WHAT THE EXERCISE ASKS » Once you find the line containing "f 170 67 69" in the data below, copy it and each following line exactly, up to and including the line containing "f 197 198 205", and nothing else.

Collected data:
-- Opening Marker --
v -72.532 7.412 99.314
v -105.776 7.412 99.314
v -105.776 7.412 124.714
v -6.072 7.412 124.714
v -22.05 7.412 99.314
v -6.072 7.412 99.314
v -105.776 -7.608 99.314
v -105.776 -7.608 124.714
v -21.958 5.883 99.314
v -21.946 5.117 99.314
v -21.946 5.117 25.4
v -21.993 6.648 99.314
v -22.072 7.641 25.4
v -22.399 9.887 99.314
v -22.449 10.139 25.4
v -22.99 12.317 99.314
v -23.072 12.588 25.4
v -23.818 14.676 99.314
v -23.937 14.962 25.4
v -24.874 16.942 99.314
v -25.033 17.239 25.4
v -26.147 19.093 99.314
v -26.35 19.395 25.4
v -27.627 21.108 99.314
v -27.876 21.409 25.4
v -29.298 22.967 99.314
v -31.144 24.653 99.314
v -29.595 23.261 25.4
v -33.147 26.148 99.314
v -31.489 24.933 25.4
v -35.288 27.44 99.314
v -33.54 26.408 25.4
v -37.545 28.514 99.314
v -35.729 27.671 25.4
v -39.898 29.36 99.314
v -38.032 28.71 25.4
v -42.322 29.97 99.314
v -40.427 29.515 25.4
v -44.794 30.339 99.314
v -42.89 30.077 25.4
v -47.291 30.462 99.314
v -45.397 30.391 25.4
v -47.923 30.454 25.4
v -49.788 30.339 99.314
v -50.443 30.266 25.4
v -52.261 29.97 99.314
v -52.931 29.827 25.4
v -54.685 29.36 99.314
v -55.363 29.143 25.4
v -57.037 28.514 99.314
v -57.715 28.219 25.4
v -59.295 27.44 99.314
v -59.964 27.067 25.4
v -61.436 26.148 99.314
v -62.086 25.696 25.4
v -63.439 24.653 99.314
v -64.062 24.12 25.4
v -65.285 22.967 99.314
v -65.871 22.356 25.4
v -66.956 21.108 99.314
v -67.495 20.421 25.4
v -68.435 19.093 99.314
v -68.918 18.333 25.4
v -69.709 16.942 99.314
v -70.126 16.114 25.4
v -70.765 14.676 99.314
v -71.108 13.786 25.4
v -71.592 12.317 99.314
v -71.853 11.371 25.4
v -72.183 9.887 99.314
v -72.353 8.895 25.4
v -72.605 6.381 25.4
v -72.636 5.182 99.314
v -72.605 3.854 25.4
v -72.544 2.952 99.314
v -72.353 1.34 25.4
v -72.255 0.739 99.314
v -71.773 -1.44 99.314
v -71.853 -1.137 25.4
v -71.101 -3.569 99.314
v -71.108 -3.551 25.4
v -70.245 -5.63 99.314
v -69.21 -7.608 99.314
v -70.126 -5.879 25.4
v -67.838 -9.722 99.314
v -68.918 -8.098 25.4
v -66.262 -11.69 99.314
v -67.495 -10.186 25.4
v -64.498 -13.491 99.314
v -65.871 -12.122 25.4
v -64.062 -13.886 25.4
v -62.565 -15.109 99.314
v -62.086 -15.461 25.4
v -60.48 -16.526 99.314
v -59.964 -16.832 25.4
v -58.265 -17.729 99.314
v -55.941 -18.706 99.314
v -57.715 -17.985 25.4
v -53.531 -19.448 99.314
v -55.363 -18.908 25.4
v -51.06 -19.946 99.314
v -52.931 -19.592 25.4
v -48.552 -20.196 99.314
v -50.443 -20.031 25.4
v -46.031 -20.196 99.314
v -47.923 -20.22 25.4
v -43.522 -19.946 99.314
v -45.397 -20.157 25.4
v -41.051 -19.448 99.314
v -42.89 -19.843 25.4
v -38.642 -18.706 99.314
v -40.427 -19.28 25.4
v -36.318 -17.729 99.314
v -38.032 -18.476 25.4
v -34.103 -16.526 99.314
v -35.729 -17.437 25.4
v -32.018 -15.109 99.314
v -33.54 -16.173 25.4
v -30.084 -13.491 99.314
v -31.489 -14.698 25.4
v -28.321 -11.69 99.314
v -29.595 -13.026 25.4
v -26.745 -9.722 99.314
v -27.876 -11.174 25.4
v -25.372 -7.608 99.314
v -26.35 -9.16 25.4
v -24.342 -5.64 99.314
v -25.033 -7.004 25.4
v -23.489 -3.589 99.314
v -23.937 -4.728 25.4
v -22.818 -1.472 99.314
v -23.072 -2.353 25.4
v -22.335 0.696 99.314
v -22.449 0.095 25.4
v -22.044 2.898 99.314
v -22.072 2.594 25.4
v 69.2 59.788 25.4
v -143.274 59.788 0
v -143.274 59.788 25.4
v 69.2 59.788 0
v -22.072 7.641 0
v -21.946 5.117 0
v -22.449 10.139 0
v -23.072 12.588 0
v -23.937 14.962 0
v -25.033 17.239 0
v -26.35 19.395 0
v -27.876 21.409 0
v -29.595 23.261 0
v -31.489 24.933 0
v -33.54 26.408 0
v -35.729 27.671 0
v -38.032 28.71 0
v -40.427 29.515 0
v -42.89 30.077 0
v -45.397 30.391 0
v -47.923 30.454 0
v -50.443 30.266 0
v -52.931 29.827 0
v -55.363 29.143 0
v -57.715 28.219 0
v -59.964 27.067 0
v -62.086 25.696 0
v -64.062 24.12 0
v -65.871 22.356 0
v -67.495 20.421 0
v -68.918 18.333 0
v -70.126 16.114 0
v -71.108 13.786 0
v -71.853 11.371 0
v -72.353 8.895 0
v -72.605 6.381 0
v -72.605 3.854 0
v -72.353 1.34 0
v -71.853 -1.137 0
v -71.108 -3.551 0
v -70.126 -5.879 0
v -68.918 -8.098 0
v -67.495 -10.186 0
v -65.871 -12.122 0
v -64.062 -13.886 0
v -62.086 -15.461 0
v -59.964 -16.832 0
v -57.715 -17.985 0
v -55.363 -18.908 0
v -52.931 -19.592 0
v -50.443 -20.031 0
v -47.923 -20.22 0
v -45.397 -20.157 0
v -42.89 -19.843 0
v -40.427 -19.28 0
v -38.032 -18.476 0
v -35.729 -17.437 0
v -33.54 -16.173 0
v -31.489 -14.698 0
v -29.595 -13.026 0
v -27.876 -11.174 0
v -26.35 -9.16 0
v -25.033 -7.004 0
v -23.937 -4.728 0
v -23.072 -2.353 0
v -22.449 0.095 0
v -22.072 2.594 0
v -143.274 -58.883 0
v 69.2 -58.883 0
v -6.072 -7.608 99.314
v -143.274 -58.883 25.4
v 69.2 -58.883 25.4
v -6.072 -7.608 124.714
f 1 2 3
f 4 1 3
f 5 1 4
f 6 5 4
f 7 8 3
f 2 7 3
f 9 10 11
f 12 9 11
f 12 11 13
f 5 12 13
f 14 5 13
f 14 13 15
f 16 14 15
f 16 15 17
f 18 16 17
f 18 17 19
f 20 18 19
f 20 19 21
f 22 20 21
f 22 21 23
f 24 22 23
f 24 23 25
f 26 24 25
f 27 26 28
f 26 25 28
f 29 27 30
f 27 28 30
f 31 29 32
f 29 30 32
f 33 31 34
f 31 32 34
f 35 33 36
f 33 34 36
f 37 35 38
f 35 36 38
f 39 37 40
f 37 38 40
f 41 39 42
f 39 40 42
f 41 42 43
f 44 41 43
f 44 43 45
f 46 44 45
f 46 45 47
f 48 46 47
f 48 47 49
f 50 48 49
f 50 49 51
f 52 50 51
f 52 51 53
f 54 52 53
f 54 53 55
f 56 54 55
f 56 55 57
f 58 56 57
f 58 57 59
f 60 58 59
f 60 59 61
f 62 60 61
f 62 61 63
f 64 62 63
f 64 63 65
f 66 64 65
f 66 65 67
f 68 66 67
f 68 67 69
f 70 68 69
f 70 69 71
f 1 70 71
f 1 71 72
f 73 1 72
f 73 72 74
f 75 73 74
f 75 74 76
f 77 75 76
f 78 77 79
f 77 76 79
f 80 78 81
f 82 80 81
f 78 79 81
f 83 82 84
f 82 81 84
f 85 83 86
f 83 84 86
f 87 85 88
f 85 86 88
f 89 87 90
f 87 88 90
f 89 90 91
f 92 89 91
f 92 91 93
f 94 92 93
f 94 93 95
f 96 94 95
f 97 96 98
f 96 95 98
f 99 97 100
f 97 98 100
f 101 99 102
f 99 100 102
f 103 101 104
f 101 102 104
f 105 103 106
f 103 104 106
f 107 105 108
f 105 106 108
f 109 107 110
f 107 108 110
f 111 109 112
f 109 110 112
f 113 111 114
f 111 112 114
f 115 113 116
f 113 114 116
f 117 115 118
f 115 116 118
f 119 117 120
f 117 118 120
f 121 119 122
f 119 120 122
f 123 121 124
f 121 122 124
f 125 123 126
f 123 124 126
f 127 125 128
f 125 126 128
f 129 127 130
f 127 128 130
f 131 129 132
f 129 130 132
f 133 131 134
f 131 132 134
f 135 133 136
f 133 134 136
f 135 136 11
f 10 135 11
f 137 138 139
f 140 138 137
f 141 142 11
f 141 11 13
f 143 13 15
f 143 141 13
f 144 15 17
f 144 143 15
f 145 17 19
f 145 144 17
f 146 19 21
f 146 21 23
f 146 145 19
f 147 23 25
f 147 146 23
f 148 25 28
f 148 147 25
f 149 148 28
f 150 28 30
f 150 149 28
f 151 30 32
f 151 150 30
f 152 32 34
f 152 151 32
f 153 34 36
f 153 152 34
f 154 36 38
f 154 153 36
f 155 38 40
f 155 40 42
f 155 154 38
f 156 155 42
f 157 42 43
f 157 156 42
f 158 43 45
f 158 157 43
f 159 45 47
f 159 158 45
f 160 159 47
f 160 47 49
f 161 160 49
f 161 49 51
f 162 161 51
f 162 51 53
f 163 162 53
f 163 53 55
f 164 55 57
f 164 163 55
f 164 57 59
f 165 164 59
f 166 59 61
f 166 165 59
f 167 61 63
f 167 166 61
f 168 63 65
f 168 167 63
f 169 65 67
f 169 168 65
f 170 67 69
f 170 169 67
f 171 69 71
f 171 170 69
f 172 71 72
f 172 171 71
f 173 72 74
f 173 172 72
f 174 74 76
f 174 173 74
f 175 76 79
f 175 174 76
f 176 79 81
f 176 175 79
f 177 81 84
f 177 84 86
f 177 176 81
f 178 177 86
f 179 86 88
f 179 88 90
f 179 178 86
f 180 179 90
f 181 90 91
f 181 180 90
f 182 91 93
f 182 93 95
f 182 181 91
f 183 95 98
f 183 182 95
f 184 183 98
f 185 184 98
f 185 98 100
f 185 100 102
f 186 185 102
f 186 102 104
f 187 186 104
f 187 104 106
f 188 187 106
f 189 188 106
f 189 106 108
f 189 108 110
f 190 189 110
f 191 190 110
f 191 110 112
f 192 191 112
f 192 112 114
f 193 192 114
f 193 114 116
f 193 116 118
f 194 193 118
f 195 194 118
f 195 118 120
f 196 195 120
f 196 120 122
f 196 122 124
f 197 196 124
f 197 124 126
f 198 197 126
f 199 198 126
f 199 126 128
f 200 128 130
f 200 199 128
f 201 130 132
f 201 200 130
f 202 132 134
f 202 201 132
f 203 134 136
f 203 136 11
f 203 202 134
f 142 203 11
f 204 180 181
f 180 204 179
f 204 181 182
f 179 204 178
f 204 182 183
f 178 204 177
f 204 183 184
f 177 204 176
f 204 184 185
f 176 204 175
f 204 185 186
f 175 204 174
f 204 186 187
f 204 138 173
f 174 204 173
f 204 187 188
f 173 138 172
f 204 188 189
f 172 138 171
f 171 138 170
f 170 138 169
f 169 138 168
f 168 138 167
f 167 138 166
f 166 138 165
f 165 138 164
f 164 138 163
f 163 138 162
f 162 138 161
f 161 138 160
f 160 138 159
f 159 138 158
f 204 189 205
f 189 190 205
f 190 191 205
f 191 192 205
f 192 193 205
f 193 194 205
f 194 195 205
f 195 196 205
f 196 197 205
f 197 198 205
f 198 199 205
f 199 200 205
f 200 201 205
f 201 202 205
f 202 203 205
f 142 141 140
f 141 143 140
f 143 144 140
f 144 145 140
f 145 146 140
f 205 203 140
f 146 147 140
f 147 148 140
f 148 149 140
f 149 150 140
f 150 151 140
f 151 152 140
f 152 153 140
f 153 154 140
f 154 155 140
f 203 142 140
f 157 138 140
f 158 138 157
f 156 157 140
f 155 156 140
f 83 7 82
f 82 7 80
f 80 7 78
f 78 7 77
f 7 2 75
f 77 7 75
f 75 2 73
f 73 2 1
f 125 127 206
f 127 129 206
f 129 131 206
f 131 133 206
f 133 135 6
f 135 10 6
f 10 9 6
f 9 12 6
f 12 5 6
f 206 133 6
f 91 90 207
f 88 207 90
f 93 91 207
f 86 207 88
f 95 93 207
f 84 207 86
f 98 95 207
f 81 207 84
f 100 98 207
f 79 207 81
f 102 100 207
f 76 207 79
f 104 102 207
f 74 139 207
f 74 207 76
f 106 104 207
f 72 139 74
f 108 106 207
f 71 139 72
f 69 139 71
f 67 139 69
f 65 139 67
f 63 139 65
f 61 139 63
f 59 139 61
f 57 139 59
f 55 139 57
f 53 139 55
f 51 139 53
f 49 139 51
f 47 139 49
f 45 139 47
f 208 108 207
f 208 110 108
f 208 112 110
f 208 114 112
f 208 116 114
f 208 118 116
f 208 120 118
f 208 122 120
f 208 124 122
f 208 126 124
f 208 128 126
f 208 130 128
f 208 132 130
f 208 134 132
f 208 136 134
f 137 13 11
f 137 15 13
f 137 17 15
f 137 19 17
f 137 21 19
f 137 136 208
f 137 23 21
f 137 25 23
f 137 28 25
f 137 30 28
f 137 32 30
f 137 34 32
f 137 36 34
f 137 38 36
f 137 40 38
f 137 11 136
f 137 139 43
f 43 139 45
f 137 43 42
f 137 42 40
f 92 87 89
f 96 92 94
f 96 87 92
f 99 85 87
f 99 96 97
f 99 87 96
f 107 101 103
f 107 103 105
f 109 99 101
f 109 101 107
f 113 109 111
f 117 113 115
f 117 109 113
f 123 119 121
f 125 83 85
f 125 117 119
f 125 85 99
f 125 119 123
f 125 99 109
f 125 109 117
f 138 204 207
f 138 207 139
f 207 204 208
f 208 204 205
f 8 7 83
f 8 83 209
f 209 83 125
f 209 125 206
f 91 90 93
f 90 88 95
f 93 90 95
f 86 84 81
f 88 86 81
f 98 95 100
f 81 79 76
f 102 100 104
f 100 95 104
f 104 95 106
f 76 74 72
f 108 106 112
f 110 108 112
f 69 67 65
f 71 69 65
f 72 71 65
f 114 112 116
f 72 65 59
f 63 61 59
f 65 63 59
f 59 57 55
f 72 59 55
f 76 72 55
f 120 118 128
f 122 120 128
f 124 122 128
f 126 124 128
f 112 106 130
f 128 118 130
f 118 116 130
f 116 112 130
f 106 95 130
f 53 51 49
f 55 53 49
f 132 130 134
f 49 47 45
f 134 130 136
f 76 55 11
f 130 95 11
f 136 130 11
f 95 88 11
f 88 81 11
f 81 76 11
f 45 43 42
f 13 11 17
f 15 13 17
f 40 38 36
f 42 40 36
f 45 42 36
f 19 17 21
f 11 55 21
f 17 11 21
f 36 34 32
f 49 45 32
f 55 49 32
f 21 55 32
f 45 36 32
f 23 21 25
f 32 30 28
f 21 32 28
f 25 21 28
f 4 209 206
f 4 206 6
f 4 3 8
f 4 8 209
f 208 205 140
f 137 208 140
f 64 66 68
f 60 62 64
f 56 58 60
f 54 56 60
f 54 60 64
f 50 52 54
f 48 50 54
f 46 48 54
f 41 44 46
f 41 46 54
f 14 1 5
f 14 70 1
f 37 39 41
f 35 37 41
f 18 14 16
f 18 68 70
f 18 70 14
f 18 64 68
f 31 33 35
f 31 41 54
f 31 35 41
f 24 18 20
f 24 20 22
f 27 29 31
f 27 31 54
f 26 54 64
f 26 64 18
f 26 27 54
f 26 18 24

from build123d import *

# Parameters (mm, degrees)
F0_W     = 212.473422
F0_H     = 118.670951
F0_R     = 25.345002
F1_DEPTH = 25.4
F2_R     = 25.345002
F3_DEPTH = 73.914
F4_W     = 99.704434
F4_H     = 15.019846
F5_DEPTH = 25.4


with BuildPart() as f1:
    # F0 (on Top) → F1 (new body)
    with BuildSketch(Plane.XY):
        with Locations((-37.037164, 0.452341)):
            Rectangle(F0_W, F0_H)
        with Locations((-47.291335, 5.11729)):
            Circle(F0_R, mode=Mode.SUBTRACT)
    extrude(amount=F1_DEPTH)


with BuildPart() as f3:
    # F2 (on face) → F3 (new body)
    with BuildSketch(Plane.XY.offset(25.4)):
        with Locations((-47.291335, 5.11729)):
            Circle(F2_R)
    extrude(amount=F3_DEPTH)

    # F4 (on face) → F5 (join)
    with BuildSketch(Plane.XY.offset(99.314)):
        with Locations((-55.924056, -0.097914)):
            Rectangle(F4_W, F4_H)
    extrude(amount=F5_DEPTH)


solid = Compound([f1.part, f3.part])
-- Closing Marker --
EXERCISE RESULT »
f 170 67 69
f 170 169 67
f 171 69 71
f 171 170 69
f 172 71 72
f 172 171 71
f 173 72 74
f 173 172 72
f 174 74 76
f 174 173 74
f 175 76 79
f 175 174 76
f 176 79 81
f 176 175 79
f 177 81 84
f 177 84 86
f 177 176 81
f 178 177 86
f 179 86 88
f 179 88 90
f 179 178 86
f 180 179 90
f 181 90 91
f 181 180 90
f 182 91 93
f 182 93 95
f 182 181 91
f 183 95 98
f 183 182 95
f 184 183 98
f 185 184 98
f 185 98 100
f 185 100 102
f 186 185 102
f 186 102 104
f 187 186 104
f 187 104 106
f 188 187 106
f 189 188 106
f 189 106 108
f 189 108 110
f 190 189 110
f 191 190 110
f 191 110 112
f 192 191 112
f 192 112 114
f 193 192 114
f 193 114 116
f 193 116 118
f 194 193 118
f 195 194 118
f 195 118 120
f 196 195 120
f 196 120 122
f 196 122 124
f 197 196 124
f 197 124 126
f 198 197 126
f 199 198 126
f 199 126 128
f 200 128 130
f 200 199 128
f 201 130 132
f 201 200 130
f 202 132 134
f 202 201 132
f 203 134 136
f 203 136 11
f 203 202 134
f 142 203 11
f 204 180 181
f 180 204 179
f 204 181 182
f 179 204 178
f 204 182 183
f 178 204 177
f 204 183 184
f 177 204 176
f 204 184 185
f 176 204 175
f 204 185 186
f 175 204 174
f 204 186 187
f 204 138 173
f 174 204 173
f 204 187 188
f 173 138 172
f 204 188 189
f 172 138 171
f 171 138 170
f 170 138 169
f 169 138 168
f 168 138 167
f 167 138 166
f 166 138 165
f 165 138 164
f 164 138 163
f 163 138 162
f 162 138 161
f 161 138 160
f 160 138 159
f 159 138 158
f 204 189 205
f 189 190 205
f 190 191 205
f 191 192 205
f 192 193 205
f 193 194 205
f 194 195 205
f 195 196 205
f 196 197 205
f 197 198 205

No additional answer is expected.